• [Work to complete]: In the entries below, find the line with "v1 (-43.000767,28.188274,-3.6256)" and the line with "e5 e6 e7 -e8]". Print those two and everything between them exactly, and nothing else.

___ Exercise data ___

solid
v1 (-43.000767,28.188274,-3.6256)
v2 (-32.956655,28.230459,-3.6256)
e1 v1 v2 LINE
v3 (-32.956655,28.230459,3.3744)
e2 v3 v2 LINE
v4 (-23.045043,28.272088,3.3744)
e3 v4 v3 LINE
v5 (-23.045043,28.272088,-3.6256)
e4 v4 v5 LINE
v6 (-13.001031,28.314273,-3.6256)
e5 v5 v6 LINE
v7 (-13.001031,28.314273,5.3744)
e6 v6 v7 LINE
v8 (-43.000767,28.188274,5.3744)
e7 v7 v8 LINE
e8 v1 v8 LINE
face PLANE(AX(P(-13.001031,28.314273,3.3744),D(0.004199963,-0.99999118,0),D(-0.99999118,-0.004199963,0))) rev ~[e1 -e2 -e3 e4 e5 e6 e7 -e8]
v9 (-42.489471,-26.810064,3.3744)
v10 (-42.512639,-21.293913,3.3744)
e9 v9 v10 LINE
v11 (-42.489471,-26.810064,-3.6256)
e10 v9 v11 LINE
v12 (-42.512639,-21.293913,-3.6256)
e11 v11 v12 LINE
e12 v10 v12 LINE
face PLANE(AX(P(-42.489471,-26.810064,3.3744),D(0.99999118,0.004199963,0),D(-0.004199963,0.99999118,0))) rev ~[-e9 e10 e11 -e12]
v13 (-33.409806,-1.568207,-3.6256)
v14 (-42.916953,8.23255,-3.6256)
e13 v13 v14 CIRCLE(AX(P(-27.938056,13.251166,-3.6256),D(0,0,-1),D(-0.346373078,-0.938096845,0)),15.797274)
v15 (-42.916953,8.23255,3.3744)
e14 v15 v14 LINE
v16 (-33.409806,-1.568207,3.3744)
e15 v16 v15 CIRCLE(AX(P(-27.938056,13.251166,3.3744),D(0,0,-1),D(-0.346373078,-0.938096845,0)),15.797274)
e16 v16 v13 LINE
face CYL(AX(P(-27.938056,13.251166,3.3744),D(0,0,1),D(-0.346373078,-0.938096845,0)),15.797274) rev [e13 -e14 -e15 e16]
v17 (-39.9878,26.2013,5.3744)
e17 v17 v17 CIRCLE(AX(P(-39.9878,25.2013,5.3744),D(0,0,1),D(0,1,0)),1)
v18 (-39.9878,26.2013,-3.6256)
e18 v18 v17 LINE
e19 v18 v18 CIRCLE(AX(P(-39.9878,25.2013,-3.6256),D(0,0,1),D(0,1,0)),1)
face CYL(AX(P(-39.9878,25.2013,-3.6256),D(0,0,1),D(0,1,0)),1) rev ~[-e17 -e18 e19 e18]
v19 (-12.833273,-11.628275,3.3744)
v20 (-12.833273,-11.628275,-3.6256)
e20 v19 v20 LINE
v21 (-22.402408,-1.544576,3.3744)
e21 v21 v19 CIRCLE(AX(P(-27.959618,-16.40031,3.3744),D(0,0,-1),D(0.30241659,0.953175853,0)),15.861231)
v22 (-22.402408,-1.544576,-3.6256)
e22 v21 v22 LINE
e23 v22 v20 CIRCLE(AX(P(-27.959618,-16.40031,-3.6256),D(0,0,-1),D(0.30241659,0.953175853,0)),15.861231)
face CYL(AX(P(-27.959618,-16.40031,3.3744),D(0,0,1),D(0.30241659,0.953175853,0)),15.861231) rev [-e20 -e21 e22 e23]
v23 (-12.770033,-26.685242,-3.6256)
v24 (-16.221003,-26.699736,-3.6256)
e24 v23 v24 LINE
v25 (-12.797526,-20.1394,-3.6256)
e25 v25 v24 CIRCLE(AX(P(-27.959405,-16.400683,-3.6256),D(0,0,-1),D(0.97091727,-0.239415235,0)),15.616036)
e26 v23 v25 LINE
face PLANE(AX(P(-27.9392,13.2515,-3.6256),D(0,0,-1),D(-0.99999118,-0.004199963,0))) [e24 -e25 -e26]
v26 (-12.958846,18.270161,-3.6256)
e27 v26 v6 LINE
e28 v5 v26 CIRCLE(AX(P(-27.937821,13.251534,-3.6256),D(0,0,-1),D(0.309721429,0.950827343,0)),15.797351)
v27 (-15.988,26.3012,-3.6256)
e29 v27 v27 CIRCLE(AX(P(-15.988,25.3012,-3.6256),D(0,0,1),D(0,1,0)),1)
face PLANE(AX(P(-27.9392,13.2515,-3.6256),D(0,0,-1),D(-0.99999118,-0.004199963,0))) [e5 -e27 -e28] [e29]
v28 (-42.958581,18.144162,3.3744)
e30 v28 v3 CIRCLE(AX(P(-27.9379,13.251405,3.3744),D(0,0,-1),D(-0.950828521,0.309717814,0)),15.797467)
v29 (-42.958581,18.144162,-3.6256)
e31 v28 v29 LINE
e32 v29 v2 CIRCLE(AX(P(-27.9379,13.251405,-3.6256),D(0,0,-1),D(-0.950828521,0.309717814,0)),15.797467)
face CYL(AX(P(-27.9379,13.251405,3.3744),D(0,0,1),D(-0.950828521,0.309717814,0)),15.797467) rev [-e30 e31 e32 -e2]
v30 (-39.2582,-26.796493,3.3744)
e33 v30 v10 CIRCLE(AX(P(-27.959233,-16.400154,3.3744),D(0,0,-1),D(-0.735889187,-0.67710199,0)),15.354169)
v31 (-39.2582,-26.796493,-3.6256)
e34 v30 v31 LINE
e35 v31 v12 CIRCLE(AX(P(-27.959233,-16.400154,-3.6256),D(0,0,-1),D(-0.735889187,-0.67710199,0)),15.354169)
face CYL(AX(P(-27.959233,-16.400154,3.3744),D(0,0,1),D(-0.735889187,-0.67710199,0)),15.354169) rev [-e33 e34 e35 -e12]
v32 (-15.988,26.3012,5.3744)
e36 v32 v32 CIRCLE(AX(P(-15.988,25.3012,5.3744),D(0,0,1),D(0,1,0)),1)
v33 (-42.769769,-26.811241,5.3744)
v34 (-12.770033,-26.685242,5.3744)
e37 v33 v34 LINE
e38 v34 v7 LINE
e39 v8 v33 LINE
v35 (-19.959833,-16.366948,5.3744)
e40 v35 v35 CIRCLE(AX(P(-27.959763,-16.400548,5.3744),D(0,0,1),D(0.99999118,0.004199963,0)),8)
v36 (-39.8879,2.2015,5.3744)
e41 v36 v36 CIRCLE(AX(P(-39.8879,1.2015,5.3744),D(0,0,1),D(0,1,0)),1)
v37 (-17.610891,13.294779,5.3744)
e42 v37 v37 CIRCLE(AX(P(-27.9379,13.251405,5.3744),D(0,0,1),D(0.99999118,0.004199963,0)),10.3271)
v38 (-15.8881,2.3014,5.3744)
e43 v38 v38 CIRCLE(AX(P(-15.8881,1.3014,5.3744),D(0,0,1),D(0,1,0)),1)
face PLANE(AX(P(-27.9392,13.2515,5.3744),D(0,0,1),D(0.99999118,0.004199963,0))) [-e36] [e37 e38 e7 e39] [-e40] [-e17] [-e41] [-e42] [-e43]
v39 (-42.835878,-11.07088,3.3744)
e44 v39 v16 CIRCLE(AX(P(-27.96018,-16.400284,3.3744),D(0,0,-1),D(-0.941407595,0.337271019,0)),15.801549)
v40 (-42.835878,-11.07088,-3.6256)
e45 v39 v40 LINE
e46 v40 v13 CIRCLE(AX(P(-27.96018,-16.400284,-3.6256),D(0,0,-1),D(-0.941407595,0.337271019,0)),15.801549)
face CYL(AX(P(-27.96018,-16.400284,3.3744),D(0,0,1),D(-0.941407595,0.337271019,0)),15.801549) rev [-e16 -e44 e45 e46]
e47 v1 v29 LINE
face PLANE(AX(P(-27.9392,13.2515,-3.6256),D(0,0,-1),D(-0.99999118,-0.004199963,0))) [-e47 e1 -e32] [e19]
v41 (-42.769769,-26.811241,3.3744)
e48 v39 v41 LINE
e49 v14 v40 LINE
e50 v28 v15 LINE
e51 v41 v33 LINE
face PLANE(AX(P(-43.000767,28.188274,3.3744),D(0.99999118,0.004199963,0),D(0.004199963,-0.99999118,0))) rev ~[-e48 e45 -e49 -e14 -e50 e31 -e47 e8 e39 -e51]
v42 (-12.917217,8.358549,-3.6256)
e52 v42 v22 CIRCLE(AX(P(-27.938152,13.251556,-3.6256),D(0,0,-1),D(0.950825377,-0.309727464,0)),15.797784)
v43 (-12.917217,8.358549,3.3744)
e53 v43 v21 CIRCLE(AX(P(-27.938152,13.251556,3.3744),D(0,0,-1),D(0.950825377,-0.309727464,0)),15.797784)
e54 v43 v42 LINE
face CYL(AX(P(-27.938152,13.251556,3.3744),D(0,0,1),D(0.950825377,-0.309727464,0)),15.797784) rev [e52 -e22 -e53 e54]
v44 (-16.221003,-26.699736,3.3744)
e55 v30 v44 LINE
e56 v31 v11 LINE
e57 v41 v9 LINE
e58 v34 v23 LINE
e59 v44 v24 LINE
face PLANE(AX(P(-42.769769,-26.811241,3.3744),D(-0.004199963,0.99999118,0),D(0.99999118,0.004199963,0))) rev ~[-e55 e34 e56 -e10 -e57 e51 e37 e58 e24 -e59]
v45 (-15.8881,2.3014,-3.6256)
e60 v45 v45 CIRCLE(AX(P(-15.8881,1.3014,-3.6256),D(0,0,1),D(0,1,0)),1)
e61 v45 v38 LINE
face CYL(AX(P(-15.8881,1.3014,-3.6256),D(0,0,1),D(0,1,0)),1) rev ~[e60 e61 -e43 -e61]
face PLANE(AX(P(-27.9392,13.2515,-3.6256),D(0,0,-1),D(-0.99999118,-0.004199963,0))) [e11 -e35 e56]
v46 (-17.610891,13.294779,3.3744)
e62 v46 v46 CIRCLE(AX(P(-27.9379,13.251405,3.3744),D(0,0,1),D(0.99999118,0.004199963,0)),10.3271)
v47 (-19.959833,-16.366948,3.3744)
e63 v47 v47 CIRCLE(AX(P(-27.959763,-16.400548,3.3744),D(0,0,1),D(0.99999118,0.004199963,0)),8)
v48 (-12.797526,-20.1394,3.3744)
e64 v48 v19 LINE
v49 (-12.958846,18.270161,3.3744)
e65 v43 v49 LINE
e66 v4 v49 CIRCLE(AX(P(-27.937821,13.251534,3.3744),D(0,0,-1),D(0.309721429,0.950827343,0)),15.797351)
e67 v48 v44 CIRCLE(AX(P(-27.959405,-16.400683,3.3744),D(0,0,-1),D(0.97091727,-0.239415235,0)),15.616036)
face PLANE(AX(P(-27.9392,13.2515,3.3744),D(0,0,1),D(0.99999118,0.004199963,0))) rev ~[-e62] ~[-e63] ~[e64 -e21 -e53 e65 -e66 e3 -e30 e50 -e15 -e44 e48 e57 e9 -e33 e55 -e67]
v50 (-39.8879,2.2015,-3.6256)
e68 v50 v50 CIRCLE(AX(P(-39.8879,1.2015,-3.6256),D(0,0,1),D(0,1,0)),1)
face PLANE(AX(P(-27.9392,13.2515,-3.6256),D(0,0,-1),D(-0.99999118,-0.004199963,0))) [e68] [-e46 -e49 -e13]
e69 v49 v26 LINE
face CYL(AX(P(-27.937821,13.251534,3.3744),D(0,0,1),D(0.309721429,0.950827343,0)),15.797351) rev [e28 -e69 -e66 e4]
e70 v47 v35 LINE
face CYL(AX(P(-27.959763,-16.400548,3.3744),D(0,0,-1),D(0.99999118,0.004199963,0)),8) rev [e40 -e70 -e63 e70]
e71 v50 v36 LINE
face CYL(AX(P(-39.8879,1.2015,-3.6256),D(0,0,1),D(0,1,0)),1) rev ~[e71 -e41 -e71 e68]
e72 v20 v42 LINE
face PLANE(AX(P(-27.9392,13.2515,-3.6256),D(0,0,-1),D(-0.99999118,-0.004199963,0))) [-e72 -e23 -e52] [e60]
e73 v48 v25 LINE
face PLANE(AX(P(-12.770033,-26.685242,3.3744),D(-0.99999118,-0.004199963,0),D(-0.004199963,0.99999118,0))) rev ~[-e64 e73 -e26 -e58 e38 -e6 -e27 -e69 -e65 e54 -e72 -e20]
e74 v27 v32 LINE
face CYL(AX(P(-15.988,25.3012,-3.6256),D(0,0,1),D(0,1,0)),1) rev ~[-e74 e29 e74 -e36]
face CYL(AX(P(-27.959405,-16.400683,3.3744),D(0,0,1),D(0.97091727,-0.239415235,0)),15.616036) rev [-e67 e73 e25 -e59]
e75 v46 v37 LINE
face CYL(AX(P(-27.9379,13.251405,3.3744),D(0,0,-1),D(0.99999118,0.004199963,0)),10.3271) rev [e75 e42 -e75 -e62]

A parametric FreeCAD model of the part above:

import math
import FreeCAD as App
import Part
import Sketcher
from FreeCAD import Vector
Q = App.Units.Quantity

doc = App.newDocument("Part")
params = doc.addObject("Spreadsheet::Sheet", "Params")
for row, (alias, value) in enumerate([
    ("sketch1_diameter", "16 mm"),
    ("sketch1_length", "55 mm"),
    ("sketch1_length2", "30 mm"),
    ("pad1_length", "2 mm"),
    ("pad2_length", "7 mm"),
    ("sketch3_diameter", "2 mm"),
    ("hole_diameter", "2 mm"),
    ("hole_depth", "24 mm"),
], start=1):
    params.set(f"A{row}", alias)
    params.set(f"B{row}", "=" + value)
    params.setAlias(f"B{row}", alias)

body = doc.addObject("PartDesign::Body", "Body")

# Sketch on XY plane
sketch1 = body.newObject("Sketcher::SketchObject", "Sketch")
sketch1.AttachmentSupport = (doc.getObject("XY_Plane"), [""])
sketch1.MapMode = "FlatFace"
sketch1.AttachmentOffset = App.Placement(Vector(0, 0, 3.3744), App.Rotation())
sketch1.addGeometry(Part.LineSegment(Vector(-13, -27, 0), Vector(-13, 28, 0)), False)
sketch1.addGeometry(Part.LineSegment(Vector(-13, 28, 0), Vector(-43, 28, 0)), False)
sketch1.addGeometry(Part.LineSegment(Vector(-43, 28, 0), Vector(-43, -27, 0)), False)
sketch1.addGeometry(Part.LineSegment(Vector(-43, -27, 0), Vector(-13, -27, 0)), False)
sketch1.addGeometry(Part.Circle(Vector(-28, -16, 0), Vector(0, 0, 1), 8), False)
sketch1.addGeometry(Part.Circle(Vector(-28, 13, 0), Vector(0, 0, 1), 10), False)
sketch1.addConstraint(Sketcher.Constraint("Coincident", 0, 2, 1, 1))
sketch1.addConstraint(Sketcher.Constraint("Coincident", 1, 2, 2, 1))
sketch1.addConstraint(Sketcher.Constraint("Coincident", 2, 2, 3, 1))
sketch1.addConstraint(Sketcher.Constraint("Coincident", 3, 2, 0, 1))
sketch1.addConstraint(Sketcher.Constraint("Perpendicular", 0, 1))
sketch1.addConstraint(Sketcher.Constraint("Perpendicular", 1, 2))
sketch1.addConstraint(Sketcher.Constraint("Perpendicular", 2, 3))
sketch1.addConstraint(Sketcher.Constraint("Diameter", 4, 16.0))
sketch1.addConstraint(Sketcher.Constraint("Distance", 0, 55.0))
sketch1.addConstraint(Sketcher.Constraint("Distance", 1, 30.0))
sketch1.addConstraint(Sketcher.Constraint("DistanceY", 4, 3, 5, 3, 29.652))
sketch1.addConstraint(Sketcher.Constraint("Diameter", 5, 20.6542))
sketch1.addConstraint(Sketcher.Constraint("Angle", 0, Q("90.2406 deg")))
sketch1.addConstraint(Sketcher.Constraint("DistanceX", 3, 2, -1, 1, 12.77))
sketch1.addConstraint(Sketcher.Constraint("DistanceX", 2, 2, 4, 3, 14.81))
sketch1.addConstraint(Sketcher.Constraint("DistanceX", 5, 3, -1, 1, 27.938))
sketch1.addConstraint(Sketcher.Constraint("DistanceY", 4, 3, -1, 1, 16.4005))
sketch1.addConstraint(Sketcher.Constraint("DistanceY", -1, 1, 0, 2, 28.3143))
sketch1.setExpression("Constraints[7]", "Params.sketch1_diameter")
sketch1.setExpression("Constraints[8]", "Params.sketch1_length")
sketch1.setExpression("Constraints[9]", "Params.sketch1_length2")
pad1 = body.newObject("PartDesign::Pad", "Pad")
pad1.Profile = sketch1
pad1.setExpression("Length", "Params.pad1_length")

# Sketch on XY plane
sketch2 = body.newObject("Sketcher::SketchObject", "Sketch001")
sketch2.AttachmentSupport = (doc.getObject("XY_Plane"), [""])
sketch2.MapMode = "FlatFace"
sketch2.AttachmentOffset = App.Placement(Vector(0, 0, 3.3744), App.Rotation())
sketch2.addGeometry(Part.LineSegment(Vector(-12.8, -20.1, 0), Vector(-12.8, -26.7, 0)), False)
sketch2.addGeometry(Part.LineSegment(Vector(-12.8, -26.7, 0), Vector(-16.2, -26.7, 0)), False)
sketch2.addGeometry(Part.ArcOfCircle(Part.Circle(Vector(-28, -16.4, 0), Vector(0, 0, 1), 15.6), math.radians(-41), math.radians(-14)), False)
sketch2.addGeometry(Part.LineSegment(Vector(-13, 28.3, 0), Vector(-13, 18.3, 0)), False)
sketch2.addGeometry(Part.ArcOfCircle(Part.Circle(Vector(-27.9, 13.3, 0), Vector(0, 0, 1), 15.8), math.radians(19), math.radians(72)), False)
sketch2.addGeometry(Part.LineSegment(Vector(-23, 28.3, 0), Vector(-13, 28.3, 0)), False)
sketch2.addGeometry(Part.LineSegment(Vector(-12.9, 8.4, 0), Vector(-12.8, -11.6, 0)), False)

___

• [Reply to the exercise]:
v1 (-43.000767,28.188274,-3.6256)
v2 (-32.956655,28.230459,-3.6256)
e1 v1 v2 LINE
v3 (-32.956655,28.230459,3.3744)
e2 v3 v2 LINE
v4 (-23.045043,28.272088,3.3744)
e3 v4 v3 LINE
v5 (-23.045043,28.272088,-3.6256)
e4 v4 v5 LINE
v6 (-13.001031,28.314273,-3.6256)
e5 v5 v6 LINE
v7 (-13.001031,28.314273,5.3744)
e6 v6 v7 LINE
v8 (-43.000767,28.188274,5.3744)
e7 v7 v8 LINE
e8 v1 v8 LINE
face PLANE(AX(P(-13.001031,28.314273,3.3744),D(0.004199963,-0.99999118,0),D(-0.99999118,-0.004199963,0))) rev ~[e1 -e2 -e3 e4 e5 e6 e7 -e8]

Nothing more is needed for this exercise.